Suacelência e Bartolomeu eram amigos de infância. Cresceram juntos na aldeia de Murebwé, nas imediações de Porto Amélia. No dia em que vieram buscar apoio para reparar o Infante D. Henrique, eles embarcaram juntos no pequeno bote. Na viagem até ao navio, ambos cuidaram de não voltar o rosto para trás. Eles queriam que o cais ficasse sem despedida. Para que fossem livres para nunca mais voltarem.
Foram os dois adotados pelo comandante do navio. Mas, logo na viagem para a capital, Suacelência foi atacado por vômitos, e de tal modo se sentiu indisposto que foi deixado na capital. Quando o navio abandonou o porto de Lourenço Marques rumo a Lisboa, Suacelência ficou em terra, acenando com o mesmo lenço que o iria acompanhar por toda a vida.
O jovem Suacelência demorou-se na capital e, quando regressou à sua terra natal, trouxe consigo uma versão heróica da sua passagem pelo navio. Que ele tinha sido expulso do transatlântico por razões patrióticas. Ele, Suacelência, filho e neto da linhagem Susiweia, tinha capitaneado uma revolta à moda do assalto do Santa Maria, por Henrique Galvão. A revolta abortara — em parte pela conivência de Bartolomeu para com os portugueses — e Suacelência tinha sido lançado ao mar. Salvara-se graças à ajuda de uns pescadores que o trouxeram para a praia.
Meses depois, quando voltou de Lisboa, Bartolomeu Sozinho já estava classificado como mentiroso, traidor, colaborador. O que quer que ele dissesse sobre o passado de Suacelência seria entendido como uma intencional falsidade.
Tudo mentiras desse decorativo do Bartolomeu…

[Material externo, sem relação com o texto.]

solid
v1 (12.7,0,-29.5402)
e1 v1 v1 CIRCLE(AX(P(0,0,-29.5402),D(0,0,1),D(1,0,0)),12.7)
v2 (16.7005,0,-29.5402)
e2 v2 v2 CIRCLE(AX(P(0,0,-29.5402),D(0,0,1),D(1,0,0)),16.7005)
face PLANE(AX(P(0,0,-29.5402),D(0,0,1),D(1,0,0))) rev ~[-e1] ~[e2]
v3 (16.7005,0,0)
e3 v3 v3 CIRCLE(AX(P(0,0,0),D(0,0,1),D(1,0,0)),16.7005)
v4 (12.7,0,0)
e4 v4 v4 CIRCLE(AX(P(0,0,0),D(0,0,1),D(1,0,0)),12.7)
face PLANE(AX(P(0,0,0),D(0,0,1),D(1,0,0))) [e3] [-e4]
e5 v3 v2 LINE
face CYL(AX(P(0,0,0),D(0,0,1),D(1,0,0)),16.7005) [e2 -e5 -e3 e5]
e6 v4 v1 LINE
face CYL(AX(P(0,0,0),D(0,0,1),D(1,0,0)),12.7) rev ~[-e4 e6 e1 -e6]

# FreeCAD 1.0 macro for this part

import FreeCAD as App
import Part
import Sketcher

V = App.Vector
Q = App.Units.Quantity

doc = App.newDocument("Part")
body = doc.addObject("PartDesign::Body", "Body")

sketch1 = body.newObject("Sketcher::SketchObject", "Sketch")
sketch1.AttachmentSupport = (doc.getObject("XY_Plane"), [""])
sketch1.MapMode = "FlatFace"
sketch1.addGeometry(Part.Circle(V(0, 0, 0), V(0, 0, 1), 16.7005), False)
sketch1.addGeometry(Part.Circle(V(0, 0, 0), V(0, 0, 1), 12.7), False)
sketch1.addConstraint(Sketcher.Constraint("Coincident", 0, 3, -1, 1))
sketch1.addConstraint(Sketcher.Constraint("Coincident", 1, 3, -1, 1))
sketch1.addConstraint(Sketcher.Constraint("Diameter", 1, Q("1 in")))
sketch1.addConstraint(Sketcher.Constraint("Diameter", 0, Q("1.315 in")))
pad1 = body.newObject("PartDesign::Pad", "Pad")
pad1.Profile = sketch1
pad1.Length = Q("1.163 in")
pad1.Reversed = True

doc.recompute()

A bebida escorre pelo copo, pinga na alcatifa, mas Suacelência, voz pastosa, está demasiado ocupado no relato do passado. A narrativa volta ao início, enroladas que estavam palavras e ideias:
Foram pescadores portugueses que me salvaram…
Os pescadores eram portugueses. Todavia, já tinham sido ingleses, italianos, franceses e russos. A nacionalidade mudava consoante as conveniências do relato e a identidade do interlocutor.
Nós aqui gostamos muito dos portugueses.
Ainda bem.
E fique sabendo: eu gosto de si, meu Doutor.
Agradeço-lhe. Eu também gosto de si.
Você é diferente do padre daqui da Vila.
E porquê?
Os padres, eu conheci-os muito bem, tratam a alma como uma árvore: podam-na. O senhor, não. O senhor trata, digamos, do corpo espiritual.
Despedem-se. O Administrador abraça o visitante e o amplexo demora mais do que Sidónio desejaria. Por um instante, ainda nos braços do outro, estranhos pensamentos o assaltam. Teria Suacelência adormecido, no morno amparo do seu corpo? Ou, pior, estaria retirando libidinosos sabores daquele contato?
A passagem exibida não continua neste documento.